— Directions —
Your job is to set down the stretch of entries that opens with the line containing "667.5), (-67.46249, 602.25))" and closes with the line containing "Circle(SKETCH001_R_2)". Keep both end lines, copy each exactly, and add nothing.

== Dataset extract

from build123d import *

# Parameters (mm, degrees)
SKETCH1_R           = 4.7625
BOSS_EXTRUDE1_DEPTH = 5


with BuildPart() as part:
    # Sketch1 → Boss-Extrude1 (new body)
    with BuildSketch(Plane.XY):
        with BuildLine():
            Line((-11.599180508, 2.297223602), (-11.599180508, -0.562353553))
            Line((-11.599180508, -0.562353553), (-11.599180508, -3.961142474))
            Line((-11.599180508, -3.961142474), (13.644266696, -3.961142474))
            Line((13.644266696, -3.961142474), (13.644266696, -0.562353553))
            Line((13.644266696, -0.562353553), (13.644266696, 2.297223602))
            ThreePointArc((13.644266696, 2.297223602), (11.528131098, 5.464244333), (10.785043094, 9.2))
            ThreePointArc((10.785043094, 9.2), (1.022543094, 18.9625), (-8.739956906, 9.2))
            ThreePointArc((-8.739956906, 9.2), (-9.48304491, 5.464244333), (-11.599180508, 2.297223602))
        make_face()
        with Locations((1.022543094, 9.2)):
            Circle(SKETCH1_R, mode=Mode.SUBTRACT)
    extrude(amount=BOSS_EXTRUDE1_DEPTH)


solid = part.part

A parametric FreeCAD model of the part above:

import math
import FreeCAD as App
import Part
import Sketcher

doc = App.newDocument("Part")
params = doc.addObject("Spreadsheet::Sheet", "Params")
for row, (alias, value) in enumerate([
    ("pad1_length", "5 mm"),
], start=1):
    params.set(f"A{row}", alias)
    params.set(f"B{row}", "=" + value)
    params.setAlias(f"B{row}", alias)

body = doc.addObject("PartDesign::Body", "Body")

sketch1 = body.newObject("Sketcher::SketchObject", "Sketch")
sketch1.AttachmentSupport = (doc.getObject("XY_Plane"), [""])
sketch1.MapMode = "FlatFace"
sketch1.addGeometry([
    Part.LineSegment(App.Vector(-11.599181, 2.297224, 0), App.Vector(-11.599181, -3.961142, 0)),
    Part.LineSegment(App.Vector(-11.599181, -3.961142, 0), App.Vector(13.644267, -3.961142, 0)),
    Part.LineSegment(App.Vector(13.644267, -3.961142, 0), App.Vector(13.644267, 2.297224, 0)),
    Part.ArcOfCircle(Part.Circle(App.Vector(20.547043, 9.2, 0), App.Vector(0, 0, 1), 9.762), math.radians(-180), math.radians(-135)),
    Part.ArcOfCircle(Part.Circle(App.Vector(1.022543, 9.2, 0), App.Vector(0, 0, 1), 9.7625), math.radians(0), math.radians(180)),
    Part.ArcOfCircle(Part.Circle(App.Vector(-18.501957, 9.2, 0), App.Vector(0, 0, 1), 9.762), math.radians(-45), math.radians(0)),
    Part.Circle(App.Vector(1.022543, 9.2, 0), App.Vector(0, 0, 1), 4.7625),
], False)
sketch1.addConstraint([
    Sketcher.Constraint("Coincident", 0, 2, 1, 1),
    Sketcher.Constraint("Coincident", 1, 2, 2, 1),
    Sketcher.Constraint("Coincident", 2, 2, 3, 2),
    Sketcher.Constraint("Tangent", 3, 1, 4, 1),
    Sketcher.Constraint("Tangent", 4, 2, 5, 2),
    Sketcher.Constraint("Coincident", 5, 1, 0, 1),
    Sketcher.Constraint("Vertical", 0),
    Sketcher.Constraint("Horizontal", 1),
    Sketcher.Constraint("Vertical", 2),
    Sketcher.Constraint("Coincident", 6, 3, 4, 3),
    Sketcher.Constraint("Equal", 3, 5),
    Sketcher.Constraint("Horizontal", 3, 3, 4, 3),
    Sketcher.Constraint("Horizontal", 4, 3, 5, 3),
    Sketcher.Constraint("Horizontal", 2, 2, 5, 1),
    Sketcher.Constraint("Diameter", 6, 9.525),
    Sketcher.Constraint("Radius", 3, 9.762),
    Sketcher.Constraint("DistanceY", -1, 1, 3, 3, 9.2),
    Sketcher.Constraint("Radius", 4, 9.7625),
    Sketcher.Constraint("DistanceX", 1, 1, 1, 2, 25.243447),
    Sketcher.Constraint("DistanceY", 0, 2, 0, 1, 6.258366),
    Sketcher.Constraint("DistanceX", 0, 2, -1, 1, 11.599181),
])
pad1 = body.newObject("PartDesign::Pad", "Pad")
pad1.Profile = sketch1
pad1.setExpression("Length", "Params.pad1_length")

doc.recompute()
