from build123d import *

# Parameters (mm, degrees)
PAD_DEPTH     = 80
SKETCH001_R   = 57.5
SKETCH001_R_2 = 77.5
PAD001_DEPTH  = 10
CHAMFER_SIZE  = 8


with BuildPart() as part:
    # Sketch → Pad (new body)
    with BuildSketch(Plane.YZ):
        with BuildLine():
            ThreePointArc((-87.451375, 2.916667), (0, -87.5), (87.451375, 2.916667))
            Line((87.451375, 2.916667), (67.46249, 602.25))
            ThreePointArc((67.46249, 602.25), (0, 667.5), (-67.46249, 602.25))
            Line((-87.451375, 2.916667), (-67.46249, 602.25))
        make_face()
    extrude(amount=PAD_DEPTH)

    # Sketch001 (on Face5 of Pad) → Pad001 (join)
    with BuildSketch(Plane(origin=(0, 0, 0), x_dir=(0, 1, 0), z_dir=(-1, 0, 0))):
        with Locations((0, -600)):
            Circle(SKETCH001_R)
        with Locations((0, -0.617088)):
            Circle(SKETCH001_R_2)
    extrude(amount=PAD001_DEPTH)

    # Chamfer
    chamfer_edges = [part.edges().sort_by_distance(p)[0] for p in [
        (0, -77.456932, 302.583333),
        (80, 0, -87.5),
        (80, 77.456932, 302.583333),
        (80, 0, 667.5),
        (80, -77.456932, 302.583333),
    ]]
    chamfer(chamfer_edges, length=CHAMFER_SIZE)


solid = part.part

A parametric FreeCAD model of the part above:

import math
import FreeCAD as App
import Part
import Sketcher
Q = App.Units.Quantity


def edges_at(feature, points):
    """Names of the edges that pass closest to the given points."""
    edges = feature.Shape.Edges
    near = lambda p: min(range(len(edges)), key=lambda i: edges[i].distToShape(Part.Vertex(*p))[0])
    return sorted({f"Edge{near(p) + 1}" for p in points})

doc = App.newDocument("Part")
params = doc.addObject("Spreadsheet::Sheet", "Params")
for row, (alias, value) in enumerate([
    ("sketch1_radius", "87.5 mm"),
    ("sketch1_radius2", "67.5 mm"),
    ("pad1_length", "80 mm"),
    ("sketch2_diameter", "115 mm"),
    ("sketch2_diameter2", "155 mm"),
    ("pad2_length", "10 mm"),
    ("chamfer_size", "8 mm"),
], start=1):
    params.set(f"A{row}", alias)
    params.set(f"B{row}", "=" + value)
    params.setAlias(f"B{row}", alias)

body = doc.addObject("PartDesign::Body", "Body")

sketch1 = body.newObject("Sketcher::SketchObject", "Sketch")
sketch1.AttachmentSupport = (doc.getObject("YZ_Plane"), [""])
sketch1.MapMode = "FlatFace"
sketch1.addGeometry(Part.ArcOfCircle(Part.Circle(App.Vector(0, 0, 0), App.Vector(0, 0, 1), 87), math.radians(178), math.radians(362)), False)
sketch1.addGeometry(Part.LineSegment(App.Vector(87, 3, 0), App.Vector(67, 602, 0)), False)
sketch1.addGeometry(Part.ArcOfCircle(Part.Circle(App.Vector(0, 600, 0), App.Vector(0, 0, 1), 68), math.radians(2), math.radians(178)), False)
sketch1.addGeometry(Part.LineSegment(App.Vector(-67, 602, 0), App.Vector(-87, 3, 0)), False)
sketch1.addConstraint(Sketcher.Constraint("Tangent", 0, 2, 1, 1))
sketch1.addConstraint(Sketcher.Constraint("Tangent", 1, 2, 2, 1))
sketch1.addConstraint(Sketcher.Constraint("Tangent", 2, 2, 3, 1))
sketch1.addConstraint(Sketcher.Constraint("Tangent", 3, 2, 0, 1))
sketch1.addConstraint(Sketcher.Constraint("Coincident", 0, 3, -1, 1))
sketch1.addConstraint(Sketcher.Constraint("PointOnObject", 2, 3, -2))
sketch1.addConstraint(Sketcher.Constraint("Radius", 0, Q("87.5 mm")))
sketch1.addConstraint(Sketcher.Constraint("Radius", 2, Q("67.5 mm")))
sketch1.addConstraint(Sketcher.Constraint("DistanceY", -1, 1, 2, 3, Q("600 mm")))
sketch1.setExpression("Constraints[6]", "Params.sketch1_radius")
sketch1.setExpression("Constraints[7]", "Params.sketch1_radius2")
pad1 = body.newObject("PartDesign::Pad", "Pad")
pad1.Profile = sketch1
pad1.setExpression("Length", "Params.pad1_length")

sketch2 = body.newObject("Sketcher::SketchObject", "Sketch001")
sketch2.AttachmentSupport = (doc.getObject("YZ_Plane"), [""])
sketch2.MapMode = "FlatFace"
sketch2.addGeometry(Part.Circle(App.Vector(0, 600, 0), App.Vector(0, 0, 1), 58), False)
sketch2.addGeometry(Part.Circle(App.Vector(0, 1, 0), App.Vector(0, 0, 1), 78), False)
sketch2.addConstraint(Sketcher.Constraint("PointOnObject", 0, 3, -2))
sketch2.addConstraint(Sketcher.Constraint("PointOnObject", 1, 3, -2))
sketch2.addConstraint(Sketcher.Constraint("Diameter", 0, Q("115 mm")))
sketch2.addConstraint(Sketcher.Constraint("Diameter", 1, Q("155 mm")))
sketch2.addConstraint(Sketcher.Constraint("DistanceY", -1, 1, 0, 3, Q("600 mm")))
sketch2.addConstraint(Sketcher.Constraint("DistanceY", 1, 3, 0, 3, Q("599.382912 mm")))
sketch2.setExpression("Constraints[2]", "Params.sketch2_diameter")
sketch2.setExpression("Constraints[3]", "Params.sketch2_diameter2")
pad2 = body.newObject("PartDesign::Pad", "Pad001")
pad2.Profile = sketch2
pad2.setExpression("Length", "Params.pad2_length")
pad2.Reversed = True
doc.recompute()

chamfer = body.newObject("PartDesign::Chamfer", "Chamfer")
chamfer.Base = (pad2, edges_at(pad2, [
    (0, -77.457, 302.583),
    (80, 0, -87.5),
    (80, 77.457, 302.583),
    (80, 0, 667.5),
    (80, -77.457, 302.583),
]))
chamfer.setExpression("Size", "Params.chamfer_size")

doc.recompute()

====

— Answer space —
            ThreePointArc((67.46249, 602.25), (0, 667.5), (-67.46249, 602.25))
            Line((-87.451375, 2.916667), (-67.46249, 602.25))
        make_face()
    extrude(amount=PAD_DEPTH)

    # Sketch001 (on Face5 of Pad) → Pad001 (join)
    with BuildSketch(Plane(origin=(0, 0, 0), x_dir=(0, 1, 0), z_dir=(-1, 0, 0))):
        with Locations((0, -600)):
            Circle(SKETCH001_R)
        with Locations((0, -0.617088)):
            Circle(SKETCH001_R_2)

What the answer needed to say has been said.